¡Pues vaya! He vuelto de los días relajantes en Londres que nos permitía este puente y me encuentro con que el Informe PISA, que es la valoración internacional del rendimiento de nuestro alumnado y que compara todos los países, sitúa a España en un nivel medio y a Andalucía por debajo de él, de tal manera que ahora está Andalucía en el punto de mira de todos y algunos hasta parece que disfrutan. Por cierto me fascinó Londres, su realidad y su fantasía, su niebla casi constante, su anochecer a las cuatro de la tarde, sus casas y chimeneas, recordar a Mary Poppins, Peter Pan y el idioma del que no entendía nada. Todo llano, todo libre, todo casi silencioso, todo bastante diferente hasta el punto que casi comprendo el brexit o al menos respeto que hagan lo que quieran aunque vea un follón conducir por la izquierda.

Pero bajemos a la realidad y a lo nuestro donde se sigue hablando de lo mismo, desde las palabras estúpidas del alcalde de Alcorcón, la detención del estafador de la niña enferma, el ambiente navideño como de rondón, colándose, ese ataque a Andalucía desde el Informe Pisa que ya me han puesto de mal humor porque en Andalucía se enseña bien y honestamente, no como otros que tergiversan la historia, y yo doy fe porque lo he vivido. Empezaré por decir que no quiero dudar de estas pruebas aunque sí de su valoración cuantitativa y de sus ganas de fastidiar, nosotros sabemos evaluarnos bien e intentaré llegar adónde me propongo. En todo proceso educativo hay tres factores que influyen: la escuela, la familia y la sociedad y todo ello con la idiosincrasia particular de cada lugar. Lo mismo que las leyes deben ser iguales para todos, no en todos las sociedades se aceptan del mismo modo. Lo mismo que las enseñanzas son iguales para todos, 00 los estamentos educativos las aplican igual. Y lo mismo que las familias deberían saber sus responsabilidades para con sus hijos e hijas, que son iguales, no todas las cumplen igual. Todo esto lo digo porque es lo que hay que analizar al proponer unos datos. Y yo no me creo que Andalucía esté por debajo aunque sé que Andalucía tiene su problemática particular y no está bien medir a todos por el mismo rasero.
Veamos. El sistema educativo adolece de mucha burocracia pero pretende enseñar. El profesorado en una gran mayoría es un colectivo entregado y preocupado, enseña realmente, se pasa el día enseñando y educando, no hace otra cosa en el tiempo que dedica a estar con su alumnado.

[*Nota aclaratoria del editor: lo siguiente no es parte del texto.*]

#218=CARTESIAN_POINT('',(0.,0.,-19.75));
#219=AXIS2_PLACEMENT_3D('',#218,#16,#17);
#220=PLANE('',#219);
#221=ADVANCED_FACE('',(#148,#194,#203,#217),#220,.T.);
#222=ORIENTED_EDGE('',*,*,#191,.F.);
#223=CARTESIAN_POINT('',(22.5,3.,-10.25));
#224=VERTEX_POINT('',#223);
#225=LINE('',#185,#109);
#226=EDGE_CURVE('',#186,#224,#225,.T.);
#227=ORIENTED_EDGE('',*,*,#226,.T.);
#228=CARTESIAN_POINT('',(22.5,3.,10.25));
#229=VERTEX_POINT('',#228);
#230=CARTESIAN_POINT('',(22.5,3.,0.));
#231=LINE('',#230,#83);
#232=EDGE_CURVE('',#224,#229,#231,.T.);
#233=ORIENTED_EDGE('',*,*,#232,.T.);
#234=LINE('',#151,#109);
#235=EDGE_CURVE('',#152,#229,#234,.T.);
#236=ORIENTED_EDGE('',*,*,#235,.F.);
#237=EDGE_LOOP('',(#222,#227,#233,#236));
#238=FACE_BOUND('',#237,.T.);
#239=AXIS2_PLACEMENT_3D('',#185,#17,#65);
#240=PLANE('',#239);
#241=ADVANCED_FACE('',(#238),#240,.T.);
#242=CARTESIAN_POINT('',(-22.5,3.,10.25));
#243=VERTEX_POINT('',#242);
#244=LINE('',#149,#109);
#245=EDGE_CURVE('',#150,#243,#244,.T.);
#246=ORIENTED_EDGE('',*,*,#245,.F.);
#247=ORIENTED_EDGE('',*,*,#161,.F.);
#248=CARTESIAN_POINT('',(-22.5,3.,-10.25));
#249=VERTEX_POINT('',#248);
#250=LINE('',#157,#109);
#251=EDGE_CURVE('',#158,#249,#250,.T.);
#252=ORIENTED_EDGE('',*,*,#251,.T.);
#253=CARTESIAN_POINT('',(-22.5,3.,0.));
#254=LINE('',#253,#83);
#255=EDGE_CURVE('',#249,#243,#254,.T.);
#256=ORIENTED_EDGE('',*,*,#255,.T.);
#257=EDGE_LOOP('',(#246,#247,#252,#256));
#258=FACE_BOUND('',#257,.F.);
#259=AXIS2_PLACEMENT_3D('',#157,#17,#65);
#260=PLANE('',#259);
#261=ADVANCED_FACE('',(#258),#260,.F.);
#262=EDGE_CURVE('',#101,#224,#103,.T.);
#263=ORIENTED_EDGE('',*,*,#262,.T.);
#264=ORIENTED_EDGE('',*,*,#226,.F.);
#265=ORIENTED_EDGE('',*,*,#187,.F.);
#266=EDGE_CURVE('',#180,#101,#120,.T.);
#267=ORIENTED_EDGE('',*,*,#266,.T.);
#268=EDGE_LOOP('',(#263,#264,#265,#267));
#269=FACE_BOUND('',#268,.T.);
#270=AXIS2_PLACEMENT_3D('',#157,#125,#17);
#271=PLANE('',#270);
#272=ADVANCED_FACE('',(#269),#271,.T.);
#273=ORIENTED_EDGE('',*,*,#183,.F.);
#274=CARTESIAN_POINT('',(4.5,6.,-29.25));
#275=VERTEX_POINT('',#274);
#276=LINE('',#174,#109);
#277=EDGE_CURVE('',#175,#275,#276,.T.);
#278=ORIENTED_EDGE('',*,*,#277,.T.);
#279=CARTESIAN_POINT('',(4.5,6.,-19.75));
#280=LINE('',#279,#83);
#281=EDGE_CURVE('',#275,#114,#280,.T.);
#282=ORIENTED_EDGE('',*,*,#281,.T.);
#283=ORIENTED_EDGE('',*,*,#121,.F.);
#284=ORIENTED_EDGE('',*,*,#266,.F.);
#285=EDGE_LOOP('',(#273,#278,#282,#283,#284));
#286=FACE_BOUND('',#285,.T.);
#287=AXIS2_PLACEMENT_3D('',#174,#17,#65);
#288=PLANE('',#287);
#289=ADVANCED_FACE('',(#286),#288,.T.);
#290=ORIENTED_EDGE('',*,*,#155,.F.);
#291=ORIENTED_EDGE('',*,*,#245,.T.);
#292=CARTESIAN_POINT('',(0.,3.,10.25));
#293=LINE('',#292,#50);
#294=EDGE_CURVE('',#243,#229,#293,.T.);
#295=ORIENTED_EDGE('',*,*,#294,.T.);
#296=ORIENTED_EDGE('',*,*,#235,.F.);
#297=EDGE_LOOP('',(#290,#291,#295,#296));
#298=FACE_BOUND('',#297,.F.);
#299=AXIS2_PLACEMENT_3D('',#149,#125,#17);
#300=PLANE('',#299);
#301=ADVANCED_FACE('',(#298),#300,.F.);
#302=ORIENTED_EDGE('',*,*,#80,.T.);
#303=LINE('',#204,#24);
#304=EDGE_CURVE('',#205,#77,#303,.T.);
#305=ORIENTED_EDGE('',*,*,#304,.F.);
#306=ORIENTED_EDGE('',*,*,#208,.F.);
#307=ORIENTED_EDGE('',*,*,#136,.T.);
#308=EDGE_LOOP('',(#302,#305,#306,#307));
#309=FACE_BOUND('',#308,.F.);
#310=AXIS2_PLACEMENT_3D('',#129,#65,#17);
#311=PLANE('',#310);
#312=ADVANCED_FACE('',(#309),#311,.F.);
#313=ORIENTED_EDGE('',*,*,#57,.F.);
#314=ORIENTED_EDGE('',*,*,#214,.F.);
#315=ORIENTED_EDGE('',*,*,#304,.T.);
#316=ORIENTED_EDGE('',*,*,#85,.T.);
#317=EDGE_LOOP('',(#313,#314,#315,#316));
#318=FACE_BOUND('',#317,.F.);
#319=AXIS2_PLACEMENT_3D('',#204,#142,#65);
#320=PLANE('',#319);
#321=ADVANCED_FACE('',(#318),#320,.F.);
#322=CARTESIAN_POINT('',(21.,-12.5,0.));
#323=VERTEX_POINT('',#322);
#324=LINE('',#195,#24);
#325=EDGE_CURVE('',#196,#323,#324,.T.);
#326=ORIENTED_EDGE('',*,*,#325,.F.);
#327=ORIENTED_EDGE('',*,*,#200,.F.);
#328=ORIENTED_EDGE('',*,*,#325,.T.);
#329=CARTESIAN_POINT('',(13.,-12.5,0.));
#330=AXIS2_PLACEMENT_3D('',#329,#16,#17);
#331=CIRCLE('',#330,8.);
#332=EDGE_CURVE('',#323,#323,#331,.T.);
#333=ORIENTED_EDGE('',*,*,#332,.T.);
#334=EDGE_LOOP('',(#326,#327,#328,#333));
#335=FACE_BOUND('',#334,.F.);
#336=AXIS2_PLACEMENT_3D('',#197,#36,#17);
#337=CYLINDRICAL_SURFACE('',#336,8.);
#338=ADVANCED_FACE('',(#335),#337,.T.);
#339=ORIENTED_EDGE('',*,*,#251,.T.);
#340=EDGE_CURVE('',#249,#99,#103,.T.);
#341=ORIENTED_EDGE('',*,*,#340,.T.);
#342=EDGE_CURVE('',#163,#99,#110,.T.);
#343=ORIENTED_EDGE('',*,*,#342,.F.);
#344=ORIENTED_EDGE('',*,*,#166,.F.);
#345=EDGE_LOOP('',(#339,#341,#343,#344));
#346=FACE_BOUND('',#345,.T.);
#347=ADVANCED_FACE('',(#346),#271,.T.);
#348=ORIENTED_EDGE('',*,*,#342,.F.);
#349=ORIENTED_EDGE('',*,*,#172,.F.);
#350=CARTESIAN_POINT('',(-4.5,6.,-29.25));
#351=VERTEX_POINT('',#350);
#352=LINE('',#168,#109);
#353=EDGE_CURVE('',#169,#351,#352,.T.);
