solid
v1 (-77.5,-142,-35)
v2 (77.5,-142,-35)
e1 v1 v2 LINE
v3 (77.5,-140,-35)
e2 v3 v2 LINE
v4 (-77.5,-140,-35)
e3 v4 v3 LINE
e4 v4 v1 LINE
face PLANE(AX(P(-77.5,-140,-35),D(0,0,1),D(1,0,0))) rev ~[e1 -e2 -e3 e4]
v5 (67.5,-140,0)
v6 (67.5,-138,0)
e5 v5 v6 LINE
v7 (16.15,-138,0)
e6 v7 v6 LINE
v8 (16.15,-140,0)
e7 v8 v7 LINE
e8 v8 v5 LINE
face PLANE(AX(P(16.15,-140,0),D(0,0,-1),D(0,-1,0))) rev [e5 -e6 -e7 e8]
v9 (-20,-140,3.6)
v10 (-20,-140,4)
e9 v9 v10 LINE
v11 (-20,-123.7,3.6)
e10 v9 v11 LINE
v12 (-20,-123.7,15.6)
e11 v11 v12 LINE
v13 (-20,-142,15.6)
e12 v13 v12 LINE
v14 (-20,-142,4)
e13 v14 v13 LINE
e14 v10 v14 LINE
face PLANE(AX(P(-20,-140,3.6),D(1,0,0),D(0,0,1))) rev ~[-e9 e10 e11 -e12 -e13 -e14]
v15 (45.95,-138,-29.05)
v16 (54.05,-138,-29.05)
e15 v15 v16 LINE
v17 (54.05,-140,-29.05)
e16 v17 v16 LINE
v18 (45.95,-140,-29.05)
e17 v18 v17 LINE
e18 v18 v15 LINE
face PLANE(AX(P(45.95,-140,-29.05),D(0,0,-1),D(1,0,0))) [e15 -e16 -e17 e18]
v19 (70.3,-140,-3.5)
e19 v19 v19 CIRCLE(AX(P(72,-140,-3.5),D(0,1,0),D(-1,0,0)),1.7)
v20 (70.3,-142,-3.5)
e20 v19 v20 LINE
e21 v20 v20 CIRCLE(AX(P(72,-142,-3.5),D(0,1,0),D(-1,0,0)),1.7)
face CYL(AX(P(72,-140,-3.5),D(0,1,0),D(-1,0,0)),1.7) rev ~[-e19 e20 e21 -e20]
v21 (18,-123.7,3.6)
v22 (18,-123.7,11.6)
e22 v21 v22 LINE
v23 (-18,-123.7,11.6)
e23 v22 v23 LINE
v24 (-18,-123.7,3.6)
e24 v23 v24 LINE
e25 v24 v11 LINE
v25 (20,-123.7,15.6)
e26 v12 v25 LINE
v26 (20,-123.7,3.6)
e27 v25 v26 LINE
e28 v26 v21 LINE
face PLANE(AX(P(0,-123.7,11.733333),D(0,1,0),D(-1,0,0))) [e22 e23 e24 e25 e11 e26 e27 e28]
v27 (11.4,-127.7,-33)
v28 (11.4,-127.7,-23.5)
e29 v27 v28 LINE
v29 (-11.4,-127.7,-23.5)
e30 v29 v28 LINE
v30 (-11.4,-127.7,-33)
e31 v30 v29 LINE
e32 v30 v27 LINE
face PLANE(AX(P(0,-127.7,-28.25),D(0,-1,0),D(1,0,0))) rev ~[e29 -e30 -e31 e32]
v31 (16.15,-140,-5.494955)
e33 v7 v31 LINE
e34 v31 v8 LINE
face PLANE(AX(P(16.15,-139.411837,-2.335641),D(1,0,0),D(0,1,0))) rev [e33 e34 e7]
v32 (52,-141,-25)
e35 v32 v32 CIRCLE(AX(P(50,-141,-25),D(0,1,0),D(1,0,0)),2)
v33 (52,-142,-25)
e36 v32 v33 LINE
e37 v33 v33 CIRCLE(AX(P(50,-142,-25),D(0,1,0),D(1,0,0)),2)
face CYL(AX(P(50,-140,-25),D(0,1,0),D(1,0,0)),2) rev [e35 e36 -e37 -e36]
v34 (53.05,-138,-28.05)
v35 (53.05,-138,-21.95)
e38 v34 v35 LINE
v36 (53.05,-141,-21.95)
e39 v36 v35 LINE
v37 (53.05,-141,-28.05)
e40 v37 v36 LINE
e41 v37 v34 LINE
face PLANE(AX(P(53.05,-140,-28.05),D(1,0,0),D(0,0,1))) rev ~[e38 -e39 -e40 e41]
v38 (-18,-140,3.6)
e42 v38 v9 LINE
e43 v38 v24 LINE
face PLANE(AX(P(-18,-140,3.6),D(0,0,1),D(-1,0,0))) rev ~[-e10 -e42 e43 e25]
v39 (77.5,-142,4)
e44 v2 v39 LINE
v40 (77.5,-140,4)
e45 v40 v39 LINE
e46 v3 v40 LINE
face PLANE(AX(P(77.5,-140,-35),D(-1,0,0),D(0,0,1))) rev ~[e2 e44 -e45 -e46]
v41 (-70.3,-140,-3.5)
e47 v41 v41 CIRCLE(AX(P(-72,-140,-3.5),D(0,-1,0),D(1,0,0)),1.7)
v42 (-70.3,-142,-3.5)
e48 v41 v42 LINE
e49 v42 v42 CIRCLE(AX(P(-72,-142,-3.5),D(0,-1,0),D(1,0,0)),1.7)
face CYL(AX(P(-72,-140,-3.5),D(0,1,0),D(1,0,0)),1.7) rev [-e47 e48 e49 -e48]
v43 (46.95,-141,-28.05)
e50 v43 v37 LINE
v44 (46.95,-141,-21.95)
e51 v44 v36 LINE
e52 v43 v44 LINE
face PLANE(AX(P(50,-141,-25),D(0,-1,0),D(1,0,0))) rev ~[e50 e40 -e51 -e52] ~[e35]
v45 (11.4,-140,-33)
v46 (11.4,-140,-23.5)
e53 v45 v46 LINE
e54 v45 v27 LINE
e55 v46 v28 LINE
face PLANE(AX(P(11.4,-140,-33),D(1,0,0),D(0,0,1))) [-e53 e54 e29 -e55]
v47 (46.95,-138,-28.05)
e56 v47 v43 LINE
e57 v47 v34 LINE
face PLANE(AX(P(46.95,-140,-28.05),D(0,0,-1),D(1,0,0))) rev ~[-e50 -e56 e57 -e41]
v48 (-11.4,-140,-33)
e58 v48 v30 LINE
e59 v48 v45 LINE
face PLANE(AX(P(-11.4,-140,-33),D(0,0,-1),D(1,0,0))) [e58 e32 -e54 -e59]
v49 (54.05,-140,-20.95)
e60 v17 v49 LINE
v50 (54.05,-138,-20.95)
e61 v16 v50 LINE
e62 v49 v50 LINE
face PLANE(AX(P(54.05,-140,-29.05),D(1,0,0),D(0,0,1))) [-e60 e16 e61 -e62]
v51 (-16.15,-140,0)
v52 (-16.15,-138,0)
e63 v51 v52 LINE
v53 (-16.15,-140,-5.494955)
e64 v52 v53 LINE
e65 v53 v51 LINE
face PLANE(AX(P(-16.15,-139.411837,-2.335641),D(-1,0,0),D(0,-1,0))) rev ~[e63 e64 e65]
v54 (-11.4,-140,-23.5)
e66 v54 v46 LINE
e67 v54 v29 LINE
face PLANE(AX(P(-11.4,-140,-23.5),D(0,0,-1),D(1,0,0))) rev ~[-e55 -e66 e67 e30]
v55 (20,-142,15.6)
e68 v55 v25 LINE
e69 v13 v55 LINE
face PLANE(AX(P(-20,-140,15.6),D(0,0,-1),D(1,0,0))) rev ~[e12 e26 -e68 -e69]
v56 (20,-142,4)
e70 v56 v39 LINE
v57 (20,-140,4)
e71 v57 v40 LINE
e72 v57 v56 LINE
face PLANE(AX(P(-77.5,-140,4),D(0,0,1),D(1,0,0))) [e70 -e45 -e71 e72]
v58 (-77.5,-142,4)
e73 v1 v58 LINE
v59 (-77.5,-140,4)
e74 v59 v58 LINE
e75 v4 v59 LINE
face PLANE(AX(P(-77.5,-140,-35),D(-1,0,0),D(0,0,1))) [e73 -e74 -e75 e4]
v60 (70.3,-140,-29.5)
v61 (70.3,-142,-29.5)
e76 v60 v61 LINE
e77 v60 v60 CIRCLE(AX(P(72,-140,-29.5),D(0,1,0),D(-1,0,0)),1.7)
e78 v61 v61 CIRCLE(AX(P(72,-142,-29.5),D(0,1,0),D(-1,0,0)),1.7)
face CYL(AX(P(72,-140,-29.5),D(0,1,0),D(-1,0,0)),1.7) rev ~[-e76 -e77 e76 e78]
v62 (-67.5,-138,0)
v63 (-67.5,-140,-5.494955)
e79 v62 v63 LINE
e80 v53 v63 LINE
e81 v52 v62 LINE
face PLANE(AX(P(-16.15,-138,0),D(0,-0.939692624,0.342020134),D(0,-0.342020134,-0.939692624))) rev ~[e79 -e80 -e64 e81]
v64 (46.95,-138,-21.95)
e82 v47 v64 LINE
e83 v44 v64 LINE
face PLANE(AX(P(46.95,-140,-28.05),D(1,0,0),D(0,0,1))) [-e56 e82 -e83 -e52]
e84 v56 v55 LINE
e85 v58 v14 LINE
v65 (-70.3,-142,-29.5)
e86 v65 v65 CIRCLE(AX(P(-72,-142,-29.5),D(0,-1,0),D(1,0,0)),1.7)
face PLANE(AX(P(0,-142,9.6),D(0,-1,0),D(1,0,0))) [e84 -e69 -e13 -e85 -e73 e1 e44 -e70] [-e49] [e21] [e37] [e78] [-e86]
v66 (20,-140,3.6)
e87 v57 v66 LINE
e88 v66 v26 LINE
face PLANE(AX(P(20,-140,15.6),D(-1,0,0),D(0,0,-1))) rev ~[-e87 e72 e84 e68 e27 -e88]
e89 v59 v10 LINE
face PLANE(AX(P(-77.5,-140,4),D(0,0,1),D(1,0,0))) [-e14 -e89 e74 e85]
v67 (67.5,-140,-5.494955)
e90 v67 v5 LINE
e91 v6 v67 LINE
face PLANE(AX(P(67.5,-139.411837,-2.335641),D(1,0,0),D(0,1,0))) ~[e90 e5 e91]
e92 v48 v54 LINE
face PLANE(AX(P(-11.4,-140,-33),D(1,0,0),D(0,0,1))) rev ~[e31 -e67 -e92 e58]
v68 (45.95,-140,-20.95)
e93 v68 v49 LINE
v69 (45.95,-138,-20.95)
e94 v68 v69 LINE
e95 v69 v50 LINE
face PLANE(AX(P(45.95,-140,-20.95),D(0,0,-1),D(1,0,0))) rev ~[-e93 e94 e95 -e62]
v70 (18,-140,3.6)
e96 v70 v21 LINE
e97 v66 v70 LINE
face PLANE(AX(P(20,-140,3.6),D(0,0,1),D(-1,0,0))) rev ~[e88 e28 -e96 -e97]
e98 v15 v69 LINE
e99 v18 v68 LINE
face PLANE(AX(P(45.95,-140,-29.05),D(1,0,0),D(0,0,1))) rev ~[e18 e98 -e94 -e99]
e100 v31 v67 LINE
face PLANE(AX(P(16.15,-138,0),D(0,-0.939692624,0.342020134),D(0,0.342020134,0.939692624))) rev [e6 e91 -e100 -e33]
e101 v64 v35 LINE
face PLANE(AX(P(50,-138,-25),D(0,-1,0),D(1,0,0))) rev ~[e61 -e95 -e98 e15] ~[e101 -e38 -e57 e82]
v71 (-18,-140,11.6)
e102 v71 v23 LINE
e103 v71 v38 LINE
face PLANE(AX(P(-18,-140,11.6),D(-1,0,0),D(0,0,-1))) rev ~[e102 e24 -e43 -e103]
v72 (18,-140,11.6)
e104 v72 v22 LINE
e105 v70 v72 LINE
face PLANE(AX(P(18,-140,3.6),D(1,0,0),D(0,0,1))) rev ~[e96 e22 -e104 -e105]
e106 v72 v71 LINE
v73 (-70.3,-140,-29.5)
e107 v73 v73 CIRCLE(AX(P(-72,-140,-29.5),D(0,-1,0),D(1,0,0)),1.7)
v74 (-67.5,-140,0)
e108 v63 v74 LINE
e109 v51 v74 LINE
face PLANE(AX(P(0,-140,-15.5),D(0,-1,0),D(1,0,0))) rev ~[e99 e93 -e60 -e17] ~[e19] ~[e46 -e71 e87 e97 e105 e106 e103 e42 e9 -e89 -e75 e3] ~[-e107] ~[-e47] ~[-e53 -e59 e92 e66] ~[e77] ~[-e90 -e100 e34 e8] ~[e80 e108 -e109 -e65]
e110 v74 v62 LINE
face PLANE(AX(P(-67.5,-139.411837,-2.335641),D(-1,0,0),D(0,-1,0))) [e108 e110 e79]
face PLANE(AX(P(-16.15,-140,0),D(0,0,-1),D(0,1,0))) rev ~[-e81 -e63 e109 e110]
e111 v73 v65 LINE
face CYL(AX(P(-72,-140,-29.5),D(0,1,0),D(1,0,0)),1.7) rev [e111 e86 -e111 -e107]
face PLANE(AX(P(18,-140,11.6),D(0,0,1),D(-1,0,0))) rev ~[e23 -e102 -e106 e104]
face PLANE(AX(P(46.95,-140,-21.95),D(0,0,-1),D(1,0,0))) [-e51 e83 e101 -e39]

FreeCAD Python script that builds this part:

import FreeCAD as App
import Part
import Sketcher

V = App.Vector
Q = App.Units.Quantity


def add_polygon(sketch, points):
    """Adds a closed chain of lines whose ends are joined by coincident constraints."""
    first, n = sketch.GeometryCount, len(points)
    for a, b in zip(points, points[1:] + points[:1]):
        sketch.addGeometry(Part.LineSegment(App.Vector(*a, 0), App.Vector(*b, 0)), False)
    for i in range(n):
        sketch.addConstraint(Sketcher.Constraint("Coincident", first + i, 2, first + (i + 1) % n, 1))

doc = App.newDocument("Part")
body = doc.addObject("PartDesign::Body", "Body")

# Sketch on XZ plane
sketch1 = body.newObject("Sketcher::SketchObject", "Sketch")
sketch1.AttachmentSupport = (doc.getObject("XZ_Plane"), [""])
sketch1.MapMode = "FlatFace"
add_polygon(sketch1, [(-78, 4), (-78, -35), (78, -35), (78, 4)])  # lines 0-3
sketch1.addConstraint(Sketcher.Constraint("Vertical", 0))
sketch1.addConstraint(Sketcher.Constraint("Horizontal", 1))
sketch1.addConstraint(Sketcher.Constraint("Vertical", 2))
sketch1.addConstraint(Sketcher.Constraint("Horizontal", 3))
sketch1.addConstraint(Sketcher.Constraint("DistanceX", 1, 1, 1, 2, 155.0))
sketch1.addConstraint(Sketcher.Constraint("DistanceY", 0, 2, 0, 1, 39.0))
sketch1.addConstraint(Sketcher.Constraint("DistanceY", 0, 2, -1, 1, 35.0))
sketch1.addConstraint(Sketcher.Constraint("DistanceX", 0, 2, -1, 1, 77.5))
pad1 = body.newObject("PartDesign::Pad", "Pad")
pad1.Profile = sketch1
pad1.Length = 2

La sociedad a veces se desvía de sus normas de convivencia y responsabilidad mostrando ejemplos cuestionables. Las familias tampoco ponen la educación de sus hijos como prioritaria tanto dentro como fuera de su seno. La familia es lo más importante y dónde puede estar el quid de la ausencia de unos hábitos que complementen a la escuela.

El niño o la niña, inmersos en este maremagnum contradictorio en el que no se le explica ni se le enseña con ejemplos la razón para aprender en su tiempo, que es lo único que tienen qué hacer, no sabe dónde mirar, si a la escuela, a la familia o a la sociedad si no van de acuerdo en todo lo que se debe transmitir desde siempre. Y se confunden y se desmotivan.

Se evalúa la lectura. Hay que leer todos los días un rato en casa. Se evalúan las matemáticas, hay que favorecer el pensamiento lógico todos los días. Y se evalúan las ciencias naturales y eso hay que hacerlo todos los días, a los niños y niñas les gustan. Hay que complementar en la casa, acompañarles, sí sólo acompañarles, a realizar de forma lúdica todas estas tareas. A los adolescentes también. Hábitos, hábitos y hábitos de estudio. ¿Esto se hace en Andalucía? Yo sinceramente creo que en la mayoría de las casas no, hay mucha prisa, no se tiene claro lo que hacer. Y no estoy dispuesta a pensar que nuestros niños y niñas son más tontos que nadie ni nuestros maestros y maestras peores que nadie. Yo lo he sido y siempre pienso en aquella canción de Serrat que bastante razón lleva: “Y no se preocupe, maestra, usted no sabía que su perfume no es el mismo que el que nos hacen respirar fuera”.